WHAT IS BEING ASKED: Look below for the lines from the one with "#130=EDGE_LOOP('',(#40,#47,#66,#107,#128,#129));" to the one with "#141=AXIS2_PLACEMENT_3D('',#139,#140,#25);", and copy exactly those lines, both ends included.

RECORDS SHOWN:

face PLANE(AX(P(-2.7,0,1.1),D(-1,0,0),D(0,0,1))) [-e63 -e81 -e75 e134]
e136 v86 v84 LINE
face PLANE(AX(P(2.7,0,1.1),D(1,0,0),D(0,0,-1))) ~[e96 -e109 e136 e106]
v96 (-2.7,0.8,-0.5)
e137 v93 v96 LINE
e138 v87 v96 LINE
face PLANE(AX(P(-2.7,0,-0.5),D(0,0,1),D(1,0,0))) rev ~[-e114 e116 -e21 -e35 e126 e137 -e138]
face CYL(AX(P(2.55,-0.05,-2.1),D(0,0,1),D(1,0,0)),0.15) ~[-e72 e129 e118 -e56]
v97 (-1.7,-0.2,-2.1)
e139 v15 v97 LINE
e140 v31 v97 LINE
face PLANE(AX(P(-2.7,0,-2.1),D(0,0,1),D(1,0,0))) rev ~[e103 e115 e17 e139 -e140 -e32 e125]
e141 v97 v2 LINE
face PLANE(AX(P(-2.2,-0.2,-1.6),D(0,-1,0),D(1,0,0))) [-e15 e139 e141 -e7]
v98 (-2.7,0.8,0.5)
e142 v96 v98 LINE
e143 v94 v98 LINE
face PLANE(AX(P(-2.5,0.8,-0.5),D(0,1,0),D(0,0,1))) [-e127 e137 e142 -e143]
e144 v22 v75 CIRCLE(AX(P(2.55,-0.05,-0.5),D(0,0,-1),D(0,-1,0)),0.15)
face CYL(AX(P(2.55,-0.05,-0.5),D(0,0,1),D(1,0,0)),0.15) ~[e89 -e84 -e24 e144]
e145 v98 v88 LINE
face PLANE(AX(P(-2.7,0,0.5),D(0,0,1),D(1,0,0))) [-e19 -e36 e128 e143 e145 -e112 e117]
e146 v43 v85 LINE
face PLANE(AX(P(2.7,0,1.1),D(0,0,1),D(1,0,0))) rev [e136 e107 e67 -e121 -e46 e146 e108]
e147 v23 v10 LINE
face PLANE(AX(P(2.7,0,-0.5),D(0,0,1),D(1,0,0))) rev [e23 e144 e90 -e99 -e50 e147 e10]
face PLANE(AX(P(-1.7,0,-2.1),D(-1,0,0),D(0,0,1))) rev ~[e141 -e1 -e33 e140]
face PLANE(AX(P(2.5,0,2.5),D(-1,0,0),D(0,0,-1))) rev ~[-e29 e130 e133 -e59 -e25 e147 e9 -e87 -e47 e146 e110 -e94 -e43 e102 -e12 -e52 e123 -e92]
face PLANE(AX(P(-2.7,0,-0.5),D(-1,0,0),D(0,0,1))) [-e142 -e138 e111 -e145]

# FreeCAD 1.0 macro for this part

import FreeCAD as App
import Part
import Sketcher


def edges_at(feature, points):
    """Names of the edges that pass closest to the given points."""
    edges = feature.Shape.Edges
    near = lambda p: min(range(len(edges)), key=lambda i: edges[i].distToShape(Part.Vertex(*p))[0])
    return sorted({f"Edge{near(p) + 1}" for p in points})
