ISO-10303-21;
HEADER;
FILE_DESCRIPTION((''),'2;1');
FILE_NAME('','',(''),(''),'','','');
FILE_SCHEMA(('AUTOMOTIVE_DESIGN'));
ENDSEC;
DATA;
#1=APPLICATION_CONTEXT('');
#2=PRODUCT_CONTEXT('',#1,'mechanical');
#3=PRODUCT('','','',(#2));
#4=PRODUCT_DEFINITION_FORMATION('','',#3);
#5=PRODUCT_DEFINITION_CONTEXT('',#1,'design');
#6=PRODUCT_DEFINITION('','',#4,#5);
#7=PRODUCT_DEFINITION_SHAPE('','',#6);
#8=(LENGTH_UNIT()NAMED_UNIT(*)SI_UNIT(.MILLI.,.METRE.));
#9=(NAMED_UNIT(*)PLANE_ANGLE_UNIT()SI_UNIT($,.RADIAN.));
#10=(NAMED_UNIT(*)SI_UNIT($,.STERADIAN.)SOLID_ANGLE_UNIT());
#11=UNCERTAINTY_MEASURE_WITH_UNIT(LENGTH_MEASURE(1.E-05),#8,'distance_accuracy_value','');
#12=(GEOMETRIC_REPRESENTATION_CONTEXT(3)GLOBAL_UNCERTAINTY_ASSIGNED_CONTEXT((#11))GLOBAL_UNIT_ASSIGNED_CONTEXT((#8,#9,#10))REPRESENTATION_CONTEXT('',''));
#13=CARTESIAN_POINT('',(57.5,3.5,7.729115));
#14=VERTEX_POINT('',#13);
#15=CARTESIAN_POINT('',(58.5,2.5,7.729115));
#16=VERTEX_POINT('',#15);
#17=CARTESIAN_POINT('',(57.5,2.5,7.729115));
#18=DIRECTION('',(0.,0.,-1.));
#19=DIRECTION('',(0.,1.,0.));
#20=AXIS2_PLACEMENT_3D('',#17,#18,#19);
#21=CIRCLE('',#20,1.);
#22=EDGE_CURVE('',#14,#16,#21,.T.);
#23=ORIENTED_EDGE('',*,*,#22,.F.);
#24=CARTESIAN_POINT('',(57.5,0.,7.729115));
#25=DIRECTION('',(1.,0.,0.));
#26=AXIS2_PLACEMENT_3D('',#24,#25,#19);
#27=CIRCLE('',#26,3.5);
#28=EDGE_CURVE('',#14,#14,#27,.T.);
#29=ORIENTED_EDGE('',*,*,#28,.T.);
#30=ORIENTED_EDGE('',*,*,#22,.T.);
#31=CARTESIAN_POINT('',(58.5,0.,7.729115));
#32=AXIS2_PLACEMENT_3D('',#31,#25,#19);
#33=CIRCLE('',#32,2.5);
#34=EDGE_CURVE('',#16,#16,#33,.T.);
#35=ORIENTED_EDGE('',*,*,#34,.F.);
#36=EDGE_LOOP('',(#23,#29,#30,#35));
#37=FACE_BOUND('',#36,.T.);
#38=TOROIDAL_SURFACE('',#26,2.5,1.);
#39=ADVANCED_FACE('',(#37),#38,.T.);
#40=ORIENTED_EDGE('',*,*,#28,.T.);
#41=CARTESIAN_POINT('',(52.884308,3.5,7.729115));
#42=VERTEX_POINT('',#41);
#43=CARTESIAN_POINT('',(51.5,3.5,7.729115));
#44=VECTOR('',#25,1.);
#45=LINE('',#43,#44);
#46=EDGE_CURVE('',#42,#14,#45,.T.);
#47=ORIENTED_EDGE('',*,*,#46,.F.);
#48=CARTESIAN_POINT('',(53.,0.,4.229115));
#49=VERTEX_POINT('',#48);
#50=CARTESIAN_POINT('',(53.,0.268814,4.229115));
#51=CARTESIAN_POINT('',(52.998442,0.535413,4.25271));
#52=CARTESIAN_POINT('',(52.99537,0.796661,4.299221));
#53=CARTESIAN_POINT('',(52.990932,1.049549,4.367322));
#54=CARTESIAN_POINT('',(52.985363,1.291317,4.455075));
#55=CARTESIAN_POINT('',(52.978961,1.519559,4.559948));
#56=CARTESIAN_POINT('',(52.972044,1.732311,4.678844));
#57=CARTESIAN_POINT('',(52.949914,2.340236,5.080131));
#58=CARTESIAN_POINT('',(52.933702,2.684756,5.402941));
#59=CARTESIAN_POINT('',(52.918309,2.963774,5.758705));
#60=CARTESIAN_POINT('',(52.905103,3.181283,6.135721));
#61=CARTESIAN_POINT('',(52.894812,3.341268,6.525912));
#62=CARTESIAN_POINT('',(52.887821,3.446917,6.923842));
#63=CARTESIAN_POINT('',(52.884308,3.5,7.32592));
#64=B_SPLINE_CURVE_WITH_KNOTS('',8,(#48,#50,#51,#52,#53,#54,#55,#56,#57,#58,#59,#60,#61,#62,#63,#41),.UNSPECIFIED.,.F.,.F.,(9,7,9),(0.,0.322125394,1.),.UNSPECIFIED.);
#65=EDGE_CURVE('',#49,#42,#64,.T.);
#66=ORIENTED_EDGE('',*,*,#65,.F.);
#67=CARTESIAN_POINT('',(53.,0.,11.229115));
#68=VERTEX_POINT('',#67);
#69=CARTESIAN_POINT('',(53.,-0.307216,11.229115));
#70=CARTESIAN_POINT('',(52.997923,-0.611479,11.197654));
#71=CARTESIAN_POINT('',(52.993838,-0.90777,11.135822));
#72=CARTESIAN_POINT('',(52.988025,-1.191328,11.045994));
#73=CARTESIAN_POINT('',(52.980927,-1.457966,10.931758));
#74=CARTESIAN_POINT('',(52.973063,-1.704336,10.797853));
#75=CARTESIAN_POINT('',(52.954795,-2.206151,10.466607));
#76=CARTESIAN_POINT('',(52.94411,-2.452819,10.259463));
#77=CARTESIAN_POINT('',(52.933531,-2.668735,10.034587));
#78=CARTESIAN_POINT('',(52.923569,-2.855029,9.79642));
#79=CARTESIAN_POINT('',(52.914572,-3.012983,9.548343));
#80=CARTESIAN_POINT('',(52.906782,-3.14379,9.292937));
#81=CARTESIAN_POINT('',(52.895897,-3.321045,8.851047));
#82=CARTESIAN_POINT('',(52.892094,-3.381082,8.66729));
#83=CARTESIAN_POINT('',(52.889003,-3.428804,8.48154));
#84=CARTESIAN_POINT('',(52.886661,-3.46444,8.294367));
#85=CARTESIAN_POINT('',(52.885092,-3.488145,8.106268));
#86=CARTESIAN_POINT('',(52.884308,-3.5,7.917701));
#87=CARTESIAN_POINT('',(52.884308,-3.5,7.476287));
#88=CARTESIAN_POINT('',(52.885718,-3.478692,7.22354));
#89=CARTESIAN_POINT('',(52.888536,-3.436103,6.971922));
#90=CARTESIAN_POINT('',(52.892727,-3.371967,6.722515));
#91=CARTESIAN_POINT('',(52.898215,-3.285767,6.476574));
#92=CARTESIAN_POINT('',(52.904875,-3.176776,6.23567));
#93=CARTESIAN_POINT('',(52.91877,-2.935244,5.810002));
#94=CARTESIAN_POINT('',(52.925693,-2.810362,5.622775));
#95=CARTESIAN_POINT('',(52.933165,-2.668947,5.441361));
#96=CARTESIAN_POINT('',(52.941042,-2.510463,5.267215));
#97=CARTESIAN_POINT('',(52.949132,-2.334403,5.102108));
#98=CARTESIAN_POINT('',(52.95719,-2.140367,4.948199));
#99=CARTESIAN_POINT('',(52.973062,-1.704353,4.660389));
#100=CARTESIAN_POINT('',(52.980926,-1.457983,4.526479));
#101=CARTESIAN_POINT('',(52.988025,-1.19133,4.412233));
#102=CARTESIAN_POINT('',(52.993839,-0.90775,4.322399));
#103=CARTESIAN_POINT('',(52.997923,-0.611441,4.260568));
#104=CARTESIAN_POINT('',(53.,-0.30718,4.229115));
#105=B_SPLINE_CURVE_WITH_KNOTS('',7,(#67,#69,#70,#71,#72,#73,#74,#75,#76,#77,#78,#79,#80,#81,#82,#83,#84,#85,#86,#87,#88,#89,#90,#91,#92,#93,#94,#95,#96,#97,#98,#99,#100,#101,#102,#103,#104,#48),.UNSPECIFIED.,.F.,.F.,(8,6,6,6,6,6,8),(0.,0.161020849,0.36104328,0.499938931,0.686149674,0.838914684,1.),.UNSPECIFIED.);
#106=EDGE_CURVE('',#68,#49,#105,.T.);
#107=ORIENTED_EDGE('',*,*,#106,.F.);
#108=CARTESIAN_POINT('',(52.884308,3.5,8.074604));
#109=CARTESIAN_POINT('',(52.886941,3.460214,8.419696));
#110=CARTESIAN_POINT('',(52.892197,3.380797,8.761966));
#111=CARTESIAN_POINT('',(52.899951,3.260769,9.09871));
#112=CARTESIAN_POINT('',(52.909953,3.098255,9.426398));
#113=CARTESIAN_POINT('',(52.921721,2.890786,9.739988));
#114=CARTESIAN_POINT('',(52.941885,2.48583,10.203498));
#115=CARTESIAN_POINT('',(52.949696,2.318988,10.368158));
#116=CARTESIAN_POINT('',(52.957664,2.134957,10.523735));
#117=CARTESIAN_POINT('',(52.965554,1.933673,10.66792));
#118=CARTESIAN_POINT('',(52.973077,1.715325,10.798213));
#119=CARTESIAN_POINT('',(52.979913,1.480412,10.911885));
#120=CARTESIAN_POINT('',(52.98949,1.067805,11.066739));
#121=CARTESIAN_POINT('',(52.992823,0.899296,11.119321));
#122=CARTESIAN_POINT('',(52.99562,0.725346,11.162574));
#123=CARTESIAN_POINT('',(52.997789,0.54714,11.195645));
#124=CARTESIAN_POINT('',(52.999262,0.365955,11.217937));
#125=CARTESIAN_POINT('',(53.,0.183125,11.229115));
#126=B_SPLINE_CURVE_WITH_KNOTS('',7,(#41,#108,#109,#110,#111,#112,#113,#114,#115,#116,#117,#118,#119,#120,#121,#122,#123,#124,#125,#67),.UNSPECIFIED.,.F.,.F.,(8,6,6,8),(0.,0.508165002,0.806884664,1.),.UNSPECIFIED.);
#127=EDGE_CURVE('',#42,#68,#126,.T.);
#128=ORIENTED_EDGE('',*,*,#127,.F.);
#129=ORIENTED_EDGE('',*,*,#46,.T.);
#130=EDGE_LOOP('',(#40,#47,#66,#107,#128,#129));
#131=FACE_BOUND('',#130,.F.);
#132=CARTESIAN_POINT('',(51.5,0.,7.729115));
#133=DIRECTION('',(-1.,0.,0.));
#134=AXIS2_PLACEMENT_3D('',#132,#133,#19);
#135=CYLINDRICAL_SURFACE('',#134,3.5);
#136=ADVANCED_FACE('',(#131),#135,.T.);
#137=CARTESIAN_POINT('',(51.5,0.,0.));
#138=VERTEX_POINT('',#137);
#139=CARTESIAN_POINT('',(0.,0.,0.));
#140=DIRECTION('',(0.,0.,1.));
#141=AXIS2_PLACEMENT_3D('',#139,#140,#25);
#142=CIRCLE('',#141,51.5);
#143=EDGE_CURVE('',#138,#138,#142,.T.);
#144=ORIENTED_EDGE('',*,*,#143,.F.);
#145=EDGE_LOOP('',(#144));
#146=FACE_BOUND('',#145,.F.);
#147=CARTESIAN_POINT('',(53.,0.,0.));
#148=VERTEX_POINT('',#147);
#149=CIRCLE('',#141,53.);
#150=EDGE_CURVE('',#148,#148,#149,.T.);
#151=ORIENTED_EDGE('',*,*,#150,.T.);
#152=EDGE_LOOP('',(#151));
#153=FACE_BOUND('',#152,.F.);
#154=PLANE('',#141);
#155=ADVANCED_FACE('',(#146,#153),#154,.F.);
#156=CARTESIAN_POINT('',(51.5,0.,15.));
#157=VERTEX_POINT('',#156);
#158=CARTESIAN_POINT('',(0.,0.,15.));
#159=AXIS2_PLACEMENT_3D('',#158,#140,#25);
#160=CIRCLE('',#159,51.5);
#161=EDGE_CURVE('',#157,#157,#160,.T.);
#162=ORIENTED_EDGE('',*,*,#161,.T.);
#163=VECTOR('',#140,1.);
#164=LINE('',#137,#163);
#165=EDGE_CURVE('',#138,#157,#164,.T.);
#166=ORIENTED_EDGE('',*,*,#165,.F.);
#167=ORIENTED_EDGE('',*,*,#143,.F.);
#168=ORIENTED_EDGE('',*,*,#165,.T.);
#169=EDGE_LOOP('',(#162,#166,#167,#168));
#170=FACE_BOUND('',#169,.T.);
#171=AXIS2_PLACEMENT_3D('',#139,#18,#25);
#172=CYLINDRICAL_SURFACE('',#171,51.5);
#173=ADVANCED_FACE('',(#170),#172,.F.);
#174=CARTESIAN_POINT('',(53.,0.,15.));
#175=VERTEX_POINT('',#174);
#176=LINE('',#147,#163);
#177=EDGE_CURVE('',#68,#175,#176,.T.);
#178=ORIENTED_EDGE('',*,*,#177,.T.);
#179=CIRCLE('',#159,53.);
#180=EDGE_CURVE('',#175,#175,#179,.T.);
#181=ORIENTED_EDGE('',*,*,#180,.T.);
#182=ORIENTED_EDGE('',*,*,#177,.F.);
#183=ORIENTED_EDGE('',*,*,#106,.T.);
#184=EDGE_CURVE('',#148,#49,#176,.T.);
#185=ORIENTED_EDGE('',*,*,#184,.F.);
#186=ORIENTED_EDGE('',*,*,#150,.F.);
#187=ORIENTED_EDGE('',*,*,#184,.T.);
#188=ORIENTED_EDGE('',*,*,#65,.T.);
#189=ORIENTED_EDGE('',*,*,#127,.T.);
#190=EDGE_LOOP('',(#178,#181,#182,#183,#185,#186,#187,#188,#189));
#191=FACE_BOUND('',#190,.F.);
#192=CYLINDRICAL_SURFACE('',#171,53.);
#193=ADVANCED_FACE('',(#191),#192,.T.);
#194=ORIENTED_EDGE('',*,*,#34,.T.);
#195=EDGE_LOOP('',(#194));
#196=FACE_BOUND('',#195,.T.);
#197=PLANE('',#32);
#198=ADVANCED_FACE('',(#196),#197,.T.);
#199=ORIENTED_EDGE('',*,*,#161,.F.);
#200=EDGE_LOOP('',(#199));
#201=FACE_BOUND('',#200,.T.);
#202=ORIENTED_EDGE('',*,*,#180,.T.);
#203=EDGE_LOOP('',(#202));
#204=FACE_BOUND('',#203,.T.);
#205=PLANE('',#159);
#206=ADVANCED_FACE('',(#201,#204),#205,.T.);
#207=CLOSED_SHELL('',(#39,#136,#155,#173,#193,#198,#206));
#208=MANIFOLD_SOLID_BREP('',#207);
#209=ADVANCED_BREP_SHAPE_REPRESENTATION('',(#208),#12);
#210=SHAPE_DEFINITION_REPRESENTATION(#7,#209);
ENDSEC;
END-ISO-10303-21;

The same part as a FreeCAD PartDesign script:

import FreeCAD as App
import Part
import Sketcher

V = App.Vector


def edges_at(feature, points):
    """Names of the edges that pass closest to the given points."""
    edges = feature.Shape.Edges
    near = lambda p: min(range(len(edges)), key=lambda i: edges[i].distToShape(Part.Vertex(*p))[0])
    return sorted({f"Edge{near(p) + 1}" for p in points})

doc = App.newDocument("Part")
body = doc.addObject("PartDesign::Body", "Body")

# Sketch on XY plane
sketch1 = body.newObject("Sketcher::SketchObject", "Sketch")
sketch1.AttachmentSupport = (doc.getObject("XY_Plane"), [""])
sketch1.MapMode = "FlatFace"
sketch1.addGeometry([
    Part.Circle(V(0, 0, 0), V(0, 0, 1), 53),
    Part.Circle(V(0, 0, 0), V(0, 0, 1), 52),
], False)
sketch1.addConstraint([
    Sketcher.Constraint("Coincident", 0, 3, -1, 1),
    Sketcher.Constraint("Coincident", 1, 3, -1, 1),
    Sketcher.Constraint("Diameter", 0, 106.0),
    Sketcher.Constraint("Diameter", 1, 103.0),
])
pad1 = body.newObject("PartDesign::Pad", "Pad")
pad1.Profile = sketch1
pad1.Length = 15

# Sketch on YZ plane
sketch2 = body.newObject("Sketcher::SketchObject", "Sketch001")
sketch2.AttachmentSupport = (doc.getObject("YZ_Plane"), [""])
sketch2.MapMode = "FlatFace"
sketch2.AttachmentOffset = App.Placement(V(0, 0, 51.5), App.Rotation())
sketch2.addGeometry(Part.Circle(V(0, 7.7, 0), V(0, 0, 1), 3.5), False)
sketch2.addConstraint([
    Sketcher.Constraint("PointOnObject", 0, 3, -2),
    Sketcher.Constraint("Diameter", 0, 7.0),
    Sketcher.Constraint("DistanceY", -1, 1, 0, 3, 7.729115),
])
pad2 = body.newObject("PartDesign::Pad", "Pad001")
pad2.Profile = sketch2
pad2.Length = 7
doc.recompute()

fillet = body.newObject("PartDesign::Fillet", "Fillet")
fillet.Base = (pad2, edges_at(pad2, [(58.5, -3.5, 7.729)]))
fillet.Radius = 1

doc.recompute()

TASK SOLUTION:
#130=EDGE_LOOP('',(#40,#47,#66,#107,#128,#129));
#131=FACE_BOUND('',#130,.F.);
#132=CARTESIAN_POINT('',(51.5,0.,7.729115));
#133=DIRECTION('',(-1.,0.,0.));
#134=AXIS2_PLACEMENT_3D('',#132,#133,#19);
#135=CYLINDRICAL_SURFACE('',#134,3.5);
#136=ADVANCED_FACE('',(#131),#135,.T.);
#137=CARTESIAN_POINT('',(51.5,0.,0.));
#138=VERTEX_POINT('',#137);
#139=CARTESIAN_POINT('',(0.,0.,0.));
#140=DIRECTION('',(0.,0.,1.));
#141=AXIS2_PLACEMENT_3D('',#139,#140,#25);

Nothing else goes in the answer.